Exercise: Exactly the lines from the one holding "v3 (3,0,10)" to the end of the listing, both ends included, make up the expected answer.

[[ Extracted information, beginning ]]

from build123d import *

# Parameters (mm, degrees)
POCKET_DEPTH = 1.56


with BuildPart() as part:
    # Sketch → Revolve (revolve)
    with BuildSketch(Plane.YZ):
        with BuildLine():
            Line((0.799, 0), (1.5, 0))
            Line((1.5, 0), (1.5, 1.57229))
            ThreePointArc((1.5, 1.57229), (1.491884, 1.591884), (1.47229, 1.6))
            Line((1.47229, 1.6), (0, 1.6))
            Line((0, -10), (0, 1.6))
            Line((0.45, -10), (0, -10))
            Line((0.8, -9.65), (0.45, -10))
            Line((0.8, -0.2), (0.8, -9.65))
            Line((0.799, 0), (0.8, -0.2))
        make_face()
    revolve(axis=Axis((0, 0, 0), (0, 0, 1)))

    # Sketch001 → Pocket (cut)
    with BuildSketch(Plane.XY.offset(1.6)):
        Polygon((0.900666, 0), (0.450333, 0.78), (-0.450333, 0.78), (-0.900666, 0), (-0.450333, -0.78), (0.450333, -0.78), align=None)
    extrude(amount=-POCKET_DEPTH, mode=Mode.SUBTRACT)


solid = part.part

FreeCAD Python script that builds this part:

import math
import FreeCAD as App
import Part
import Sketcher

V = App.Vector
Q = App.Units.Quantity

doc = App.newDocument("Part")
body = doc.addObject("PartDesign::Body", "Body")

# Sketch on YZ plane
sketch1 = body.newObject("Sketcher::SketchObject", "Sketch")
sketch1.AttachmentSupport = (doc.getObject("YZ_Plane"), [""])
sketch1.MapMode = "FlatFace"
sketch1.addGeometry([
    Part.LineSegment(V(0.799, 0, 0), V(1.5, 0, 0)),  # 0
    Part.LineSegment(V(1.5, 0, 0), V(1.5, 1.57229, 0)),  # 1
    Part.ArcOfCircle(Part.Circle(V(1.47229, 1.57229, 0), V(0, 0, 1), 0.02771), math.radians(-0.000502), math.radians(90.000502)),  # 2
    Part.LineSegment(V(1.47229, 1.6, 0), V(0, 1.6, 0)),  # 3
    Part.LineSegment(V(0, 1.6, 0), V(0, -10, 0)),  # 4
    Part.LineSegment(V(0, -10, 0), V(0.45, -10, 0)),  # 5
    Part.LineSegment(V(0.45, -10, 0), V(0.8, -9.65, 0)),  # 6
    Part.LineSegment(V(0.8, -9.65, 0), V(0.8, -0.2, 0)),  # 7
    Part.LineSegment(V(0.8, -0.2, 0), V(0.799, 0, 0)),  # 8
], False)
sketch1.addConstraint([
    Sketcher.Constraint("Coincident", 0, 2, 1, 1),
    Sketcher.Constraint("Coincident", 1, 2, 2, 1),
    Sketcher.Constraint("Coincident", 2, 2, 3, 1),
    Sketcher.Constraint("Coincident", 3, 2, 4, 1),
    Sketcher.Constraint("Coincident", 4, 2, 5, 1),
    Sketcher.Constraint("Coincident", 5, 2, 6, 1),
    Sketcher.Constraint("Coincident", 6, 2, 7, 1),
    Sketcher.Constraint("Coincident", 7, 2, 8, 1),
    Sketcher.Constraint("Coincident", 8, 2, 0, 1),
    Sketcher.Constraint("Horizontal", 0),
    Sketcher.Constraint("Vertical", 1),
    Sketcher.Constraint("Horizontal", 3),
    Sketcher.Constraint("Vertical", 4),
    Sketcher.Constraint("Horizontal", 5),
    Sketcher.Constraint("Vertical", 7),
    Sketcher.Constraint("PointOnObject", 0, 2, -1),
    Sketcher.Constraint("PointOnObject", 3, 2, -2),
    Sketcher.Constraint("Horizontal", 2, 3, 1, 2),
    Sketcher.Constraint("Angle", 6, Q("45 deg")),
    Sketcher.Constraint("DistanceY", 4, 2, 4, 1, 11.6),
    Sketcher.Constraint("DistanceY", 4, 2, -1, 1, 10.0),
    Sketcher.Constraint("DistanceX", 5, 1, 5, 2, 0.45),
    Sketcher.Constraint("DistanceY", 7, 1, 7, 2, 9.45),
    Sketcher.Constraint("DistanceX", -1, 1, 0, 2, 1.5),
    Sketcher.Constraint("DistanceX", -1, 1, 6, 2, 0.8),
    Sketcher.Constraint("DistanceX", 0, 1, 0, 2, 0.701),
    Sketcher.Constraint("Radius", 2, 0.02771),
    Sketcher.Constraint("DistanceX", 3, 2, 3, 1, 1.47229),
])
revolution = body.newObject("PartDesign::Revolution", "Revolution")
revolution.Profile = sketch1
revolution.ReferenceAxis = (sketch1, ["V_Axis"])
revolution.Angle = 360

# Sketch on XY plane
sketch2 = body.newObject("Sketcher::SketchObject", "Sketch001")
sketch2.AttachmentSupport = (doc.getObject("XY_Plane"), [""])
sketch2.MapMode = "FlatFace"
sketch2.AttachmentOffset = App.Placement(V(0, 0, 1.6), App.Rotation())
sketch2.addGeometry([
    Part.LineSegment(V(0.900666, 0, 0), V(0.450333, 0.78, 0)),  # 0
    Part.LineSegment(V(0.450333, 0.78, 0), V(-0.450333, 0.78, 0)),  # 1
    Part.LineSegment(V(-0.450333, 0.78, 0), V(-0.900666, 0, 0)),  # 2
    Part.LineSegment(V(-0.900666, 0, 0), V(-0.450333, -0.78, 0)),  # 3
    Part.LineSegment(V(-0.450333, -0.78, 0), V(0.450333, -0.78, 0)),  # 4
    Part.LineSegment(V(0.450333, -0.78, 0), V(0.900666, 0, 0)),  # 5
], False)
sketch2.addConstraint([
    Sketcher.Constraint("Coincident", 0, 2, 1, 1),
    Sketcher.Constraint("Coincident", 1, 2, 2, 1),
    Sketcher.Constraint("Coincident", 2, 2, 3, 1),
    Sketcher.Constraint("Coincident", 3, 2, 4, 1),
    Sketcher.Constraint("Coincident", 4, 2, 5, 1),
    Sketcher.Constraint("Coincident", 5, 2, 0, 1),
    Sketcher.Constraint("Horizontal", 1),
    Sketcher.Constraint("Horizontal", 4),
    Sketcher.Constraint("Symmetric", 0, 2, 3, 2, -1, 1),
    Sketcher.Constraint("Symmetric", 2, 2, 5, 2, -1, 1),
    Sketcher.Constraint("PointOnObject", 2, 2, -1),
    Sketcher.Constraint("Parallel", 2, 5),
    Sketcher.Constraint("Vertical", 1, 2, 3, 2),
    Sketcher.Constraint("Angle", 0, Q("119.999988 deg")),
    Sketcher.Constraint("DistanceY", -1, 1, 0, 2, 0.78),
    Sketcher.Constraint("DistanceX", 2, 2, 0, 2, 1.350999),
])
pocket1 = body.newObject("PartDesign::Pocket", "Pocket")
pocket1.Profile = sketch2
pocket1.Length = 1.56

doc.recompute()
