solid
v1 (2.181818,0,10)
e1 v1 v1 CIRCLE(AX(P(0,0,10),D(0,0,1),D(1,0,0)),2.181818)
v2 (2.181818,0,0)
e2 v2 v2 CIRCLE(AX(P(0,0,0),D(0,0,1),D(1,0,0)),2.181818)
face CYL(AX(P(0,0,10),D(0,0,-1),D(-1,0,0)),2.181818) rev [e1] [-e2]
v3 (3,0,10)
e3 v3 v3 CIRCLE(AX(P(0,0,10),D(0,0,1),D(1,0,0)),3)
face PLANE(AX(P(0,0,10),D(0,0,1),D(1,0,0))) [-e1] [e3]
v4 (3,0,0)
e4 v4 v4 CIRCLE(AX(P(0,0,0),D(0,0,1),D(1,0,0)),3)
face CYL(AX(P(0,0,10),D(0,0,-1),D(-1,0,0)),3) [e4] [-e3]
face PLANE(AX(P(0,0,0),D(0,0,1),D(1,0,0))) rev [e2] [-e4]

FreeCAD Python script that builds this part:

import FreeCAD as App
import Part
import Sketcher
from FreeCAD import Vector
Q = App.Units.Quantity

doc = App.newDocument("Part")
body = doc.addObject("PartDesign::Body", "Body")

# Sketch on XY plane
sketch1 = body.newObject("Sketcher::SketchObject", "Sketch")
sketch1.AttachmentSupport = (doc.getObject("XY_Plane"), [""])
sketch1.MapMode = "FlatFace"
sketch1.addGeometry(Part.Circle(Vector(0, 0, 0), Vector(0, 0, 1), 3), False)
sketch1.addGeometry(Part.Circle(Vector(0, 0, 0), Vector(0, 0, 1), 2.181818), False)
sketch1.addConstraint(Sketcher.Constraint("Coincident", 0, 3, -1, 1))
sketch1.addConstraint(Sketcher.Constraint("Coincident", 1, 3, -1, 1))
sketch1.addConstraint(Sketcher.Constraint("Diameter", 0, Q("6 mm")))
sketch1.addConstraint(Sketcher.Constraint("Diameter", 1, Q("4.363636 mm")))
pad1 = body.newObject("PartDesign::Pad", "Pad")
pad1.Profile = sketch1
pad1.Length = 10

doc.recompute()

[[ Extracted information, end ]]

Exercise answer:
v3 (3,0,10)
e3 v3 v3 CIRCLE(AX(P(0,0,10),D(0,0,1),D(1,0,0)),3)
face PLANE(AX(P(0,0,10),D(0,0,1),D(1,0,0))) [-e1] [e3]
v4 (3,0,0)
e4 v4 v4 CIRCLE(AX(P(0,0,0),D(0,0,1),D(1,0,0)),3)
face CYL(AX(P(0,0,10),D(0,0,-1),D(-1,0,0)),3) [e4] [-e3]
face PLANE(AX(P(0,0,0),D(0,0,1),D(1,0,0))) rev [e2] [-e4]

FreeCAD Python script that builds this part:

import FreeCAD as App
import Part
import Sketcher
from FreeCAD import Vector
Q = App.Units.Quantity

doc = App.newDocument("Part")
body = doc.addObject("PartDesign::Body", "Body")

# Sketch on XY plane
sketch1 = body.newObject("Sketcher::SketchObject", "Sketch")
sketch1.AttachmentSupport = (doc.getObject("XY_Plane"), [""])
sketch1.MapMode = "FlatFace"
sketch1.addGeometry(Part.Circle(Vector(0, 0, 0), Vector(0, 0, 1), 3), False)
sketch1.addGeometry(Part.Circle(Vector(0, 0, 0), Vector(0, 0, 1), 2.181818), False)
sketch1.addConstraint(Sketcher.Constraint("Coincident", 0, 3, -1, 1))
sketch1.addConstraint(Sketcher.Constraint("Coincident", 1, 3, -1, 1))
sketch1.addConstraint(Sketcher.Constraint("Diameter", 0, Q("6 mm")))
sketch1.addConstraint(Sketcher.Constraint("Diameter", 1, Q("4.363636 mm")))
pad1 = body.newObject("PartDesign::Pad", "Pad")
pad1.Profile = sketch1
pad1.Length = 10

doc.recompute()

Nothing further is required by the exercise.